The strikes targeted “sites associated with the Houthis’ unmanned aerial vehicle, ballistic and cruise missile, and coastal radar and air surveillance capabilities,” US Secretary of Defense Lloyd Austin said. He added that the US reserved the right to “take follow-on actions” to protect its forces.

UK Secretary of Defense Grant Shapps announced that four Eurofighter Typhoon jets “conducted precision strikes on two Houthi military sites.”

Russia has requested an urgent meeting of the UN Security Council on Friday to discuss the ongoing escalation in Yemen.

UK Prime Minister Rishi Sunak released a statement in the early hours of Friday, saying that the Royal Air Force “has carried out targeted strikes against military facilities used by Houthi rebels in Yemen.”

The PM accused the Houthis of “destabilizing” commercial shipping in the Red Sea. “Their reckless actions are risking lives at sea and exacerbating the humanitarian crisis in Yemen,” Sunak said. 

“This cannot stand,” he added, describing the strikes as “limited, necessary and proportionate action in self-defense.”

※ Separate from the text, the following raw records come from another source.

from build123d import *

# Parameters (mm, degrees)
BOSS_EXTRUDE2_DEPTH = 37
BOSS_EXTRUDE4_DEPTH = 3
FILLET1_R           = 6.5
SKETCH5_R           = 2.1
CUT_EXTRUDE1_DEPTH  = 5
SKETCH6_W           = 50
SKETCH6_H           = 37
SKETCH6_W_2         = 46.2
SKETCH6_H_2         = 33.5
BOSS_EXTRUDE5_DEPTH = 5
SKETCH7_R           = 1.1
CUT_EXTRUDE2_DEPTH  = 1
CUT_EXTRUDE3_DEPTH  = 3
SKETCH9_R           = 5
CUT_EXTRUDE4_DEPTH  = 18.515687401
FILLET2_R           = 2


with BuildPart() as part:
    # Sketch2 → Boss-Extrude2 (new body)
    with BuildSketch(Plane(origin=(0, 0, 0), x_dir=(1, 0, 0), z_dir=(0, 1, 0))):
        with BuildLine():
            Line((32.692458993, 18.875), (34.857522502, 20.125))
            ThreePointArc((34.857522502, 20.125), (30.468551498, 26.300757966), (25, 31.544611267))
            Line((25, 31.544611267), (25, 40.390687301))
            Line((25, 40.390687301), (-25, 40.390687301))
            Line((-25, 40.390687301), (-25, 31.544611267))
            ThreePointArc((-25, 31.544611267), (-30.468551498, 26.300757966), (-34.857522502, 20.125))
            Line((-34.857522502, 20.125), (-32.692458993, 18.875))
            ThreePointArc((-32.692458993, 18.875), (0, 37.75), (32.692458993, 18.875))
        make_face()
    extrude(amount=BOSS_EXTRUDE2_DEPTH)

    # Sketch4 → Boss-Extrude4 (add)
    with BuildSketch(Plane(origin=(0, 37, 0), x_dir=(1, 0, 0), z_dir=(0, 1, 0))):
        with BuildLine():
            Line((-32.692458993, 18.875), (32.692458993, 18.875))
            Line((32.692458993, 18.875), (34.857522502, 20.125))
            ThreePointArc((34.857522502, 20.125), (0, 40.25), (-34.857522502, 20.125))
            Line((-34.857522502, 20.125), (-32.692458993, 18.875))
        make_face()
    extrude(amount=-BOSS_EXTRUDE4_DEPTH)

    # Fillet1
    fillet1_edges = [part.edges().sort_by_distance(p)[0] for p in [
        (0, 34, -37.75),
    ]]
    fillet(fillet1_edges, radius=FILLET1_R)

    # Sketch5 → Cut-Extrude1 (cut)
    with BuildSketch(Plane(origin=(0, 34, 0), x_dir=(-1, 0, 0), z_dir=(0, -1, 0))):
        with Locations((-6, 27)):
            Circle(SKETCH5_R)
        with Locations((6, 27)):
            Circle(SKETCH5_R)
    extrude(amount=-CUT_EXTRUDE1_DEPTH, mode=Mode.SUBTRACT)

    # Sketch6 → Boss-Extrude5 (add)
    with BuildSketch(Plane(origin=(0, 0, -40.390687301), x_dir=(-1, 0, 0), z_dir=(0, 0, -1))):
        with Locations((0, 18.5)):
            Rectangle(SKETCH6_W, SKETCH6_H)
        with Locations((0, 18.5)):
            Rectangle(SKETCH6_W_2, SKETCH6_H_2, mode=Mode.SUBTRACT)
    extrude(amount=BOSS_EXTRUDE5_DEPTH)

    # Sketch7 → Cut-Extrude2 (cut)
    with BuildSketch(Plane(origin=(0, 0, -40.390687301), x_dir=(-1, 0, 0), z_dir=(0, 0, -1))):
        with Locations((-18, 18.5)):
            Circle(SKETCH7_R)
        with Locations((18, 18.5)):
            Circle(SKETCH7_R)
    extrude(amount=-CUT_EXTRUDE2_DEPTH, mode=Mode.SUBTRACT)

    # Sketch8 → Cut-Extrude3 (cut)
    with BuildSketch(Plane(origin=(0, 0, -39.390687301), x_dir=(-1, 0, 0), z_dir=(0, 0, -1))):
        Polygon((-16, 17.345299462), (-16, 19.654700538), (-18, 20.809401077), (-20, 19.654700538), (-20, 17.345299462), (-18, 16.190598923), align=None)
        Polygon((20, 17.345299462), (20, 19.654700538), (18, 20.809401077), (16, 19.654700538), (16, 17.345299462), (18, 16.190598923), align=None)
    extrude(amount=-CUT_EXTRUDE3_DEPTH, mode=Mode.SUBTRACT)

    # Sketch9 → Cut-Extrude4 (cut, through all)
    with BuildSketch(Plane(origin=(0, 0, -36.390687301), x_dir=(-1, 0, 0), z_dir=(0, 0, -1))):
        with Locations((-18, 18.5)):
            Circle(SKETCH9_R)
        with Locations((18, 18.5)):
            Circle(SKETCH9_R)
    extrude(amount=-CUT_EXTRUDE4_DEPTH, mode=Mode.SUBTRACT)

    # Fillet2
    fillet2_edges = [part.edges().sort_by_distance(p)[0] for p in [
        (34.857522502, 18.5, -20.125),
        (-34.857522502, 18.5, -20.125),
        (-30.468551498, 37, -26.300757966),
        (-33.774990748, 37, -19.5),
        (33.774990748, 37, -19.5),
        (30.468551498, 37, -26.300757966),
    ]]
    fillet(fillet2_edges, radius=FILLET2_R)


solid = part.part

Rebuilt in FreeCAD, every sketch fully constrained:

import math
import FreeCAD as App
import Part
import Sketcher
Q = App.Units.Quantity


def edges_at(feature, points):
    """Names of the edges that pass closest to the given points."""
    edges = feature.Shape.Edges
    near = lambda p: min(range(len(edges)), key=lambda i: edges[i].distToShape(Part.Vertex(*p))[0])
    return sorted({f"Edge{near(p) + 1}" for p in points})


def add_polygon(sketch, points):
    """Adds a closed chain of lines whose ends are joined by coincident constraints."""
    first, n = sketch.GeometryCount, len(points)
    for a, b in zip(points, points[1:] + points[:1]):
        sketch.addGeometry(Part.LineSegment(App.Vector(*a, 0), App.Vector(*b, 0)), False)
    for i in range(n):
        sketch.addConstraint(Sketcher.Constraint("Coincident", first + i, 2, first + (i + 1) % n, 1))

doc = App.newDocument("Part")
body = doc.addObject("PartDesign::Body", "Body")

# Sketch on XZ plane
sketch1 = body.newObject("Sketcher::SketchObject", "Sketch")
sketch1.AttachmentSupport = (doc.getObject("XZ_Plane"), [""])
sketch1.MapMode = "FlatFace"
sketch1.addGeometry(Part.LineSegment(App.Vector(32.7, -18.9, 0), App.Vector(34.9, -20.1, 0)), False)
sketch1.addGeometry(Part.ArcOfCircle(Part.Circle(App.Vector(0, 0, 0), App.Vector(0, 0, 1), 40.3), math.radians(-52), math.radians(-30)), False)
sketch1.addGeometry(Part.LineSegment(App.Vector(25, -31.5, 0), App.Vector(25, -40.4, 0)), False)
sketch1.addGeometry(Part.LineSegment(App.Vector(25, -40.4, 0), App.Vector(-25, -40.4, 0)), False)
sketch1.addGeometry(Part.LineSegment(App.Vector(-25, -40.4, 0), App.Vector(-25, -31.5, 0)), False)
sketch1.addGeometry(Part.ArcOfCircle(Part.Circle(App.Vector(0, 0, 0), App.Vector(0, 0, 1), 40.3), math.radians(-150), math.radians(-128)), False)
sketch1.addGeometry(Part.LineSegment(App.Vector(-34.9, -20.1, 0), App.Vector(-32.7, -18.9, 0)), False)
sketch1.addGeometry(Part.ArcOfCircle(Part.Circle(App.Vector(0, 0, 0), App.Vector(0, 0, 1), 37.8), math.radians(-150), math.radians(-30)), False)
sketch1.addConstraint(Sketcher.Constraint("Coincident", 0, 2, 1, 2))
sketch1.addConstraint(Sketcher.Constraint("Coincident", 1, 1, 2, 1))
sketch1.addConstraint(Sketcher.Constraint("Coincident", 2, 2, 3, 1))
sketch1.addConstraint(Sketcher.Constraint("Coincident", 3, 2, 4, 1))
sketch1.addConstraint(Sketcher.Constraint("Coincident", 4, 2, 5, 2))
sketch1.addConstraint(Sketcher.Constraint("Coincident", 5, 1, 6, 1))
sketch1.addConstraint(Sketcher.Constraint("Coincident", 6, 2, 7, 1))
sketch1.addConstraint(Sketcher.Constraint("Coincident", 7, 2, 0, 1))
sketch1.addConstraint(Sketcher.Constraint("Vertical", 2))
sketch1.addConstraint(Sketcher.Constraint("Horizontal", 3))
sketch1.addConstraint(Sketcher.Constraint("Vertical", 4))
sketch1.addConstraint(Sketcher.Constraint("Coincident", 1, 3, -1, 1))
sketch1.addConstraint(Sketcher.Constraint("Coincident", 5, 3, -1, 1))
sketch1.addConstraint(Sketcher.Constraint("Coincident", 7, 3, -1, 1))
sketch1.addConstraint(Sketcher.Constraint("Equal", 1, 5))
sketch1.addConstraint(Sketcher.Constraint("Horizontal", 1, 1, 4, 2))
sketch1.addConstraint(Sketcher.Constraint("Horizontal", 0, 2, 5, 1))
sketch1.addConstraint(Sketcher.Constraint("Horizontal", 6, 2, 7, 2))
sketch1.addConstraint(Sketcher.Constraint("DistanceX", 3, 2, 3, 1, Q("50 mm")))
sketch1.addConstraint(Sketcher.Constraint("Angle", 0, Q("-30 deg")))
sketch1.addConstraint(Sketcher.Constraint("Radius", 1, Q("40.25 mm")))
sketch1.addConstraint(Sketcher.Constraint("Radius", 7, Q("37.75 mm")))
sketch1.addConstraint(Sketcher.Constraint("DistanceY", 0, 2, -1, 1, Q("20.125 mm")))
sketch1.addConstraint(Sketcher.Constraint("DistanceY", 2, 2, 2, 1, Q("8.846076 mm")))
pad1 = body.newObject("PartDesign::Pad", "Pad")
pad1.Profile = sketch1
pad1.Length = 37
pad1.Reversed = True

Yemeni news agency SABA reported that the strikes occurred in the country’s capital Sanaa, as well as the provinces of Saada, Hodeidah, Taiz and Dhamar.

Unverified videos posted to social media show powerful explosions on the ground.

Houthi spokesman Abdulsalam Jahaf claimed that “a number of American and British warships have been hit” during “a major battle in the Red Sea.” 

“Whoever is involved, will pay the price,” he wrote on X. “We will not stop our attack until you leave the area.” 

US President Joe Biden said that the Western coalition has “successfully conducted strikes against a number of targets in Yemen used by Houthi rebels to endanger freedom of navigation in one of the world’s most vital waterways.”

“Today’s defensive action follows this extensive diplomatic campaign and Houthi rebels’ escalating attacks against commercial vessels,” Biden said in a statement released by the White House. He added that the military action sends “a clear message that the United States and our partners will not tolerate attacks on our personnel or allow hostile actors to imperil freedom of navigation” in the region.

Several Western outlets quoted unnamed American and British officials as confirming the strikes. The White House and Downing Street are yet to make official statements on the matter. 

The sites in Yemen were targeted by fighter jets and hit with Tomahawk cruise missiles, CNN reported.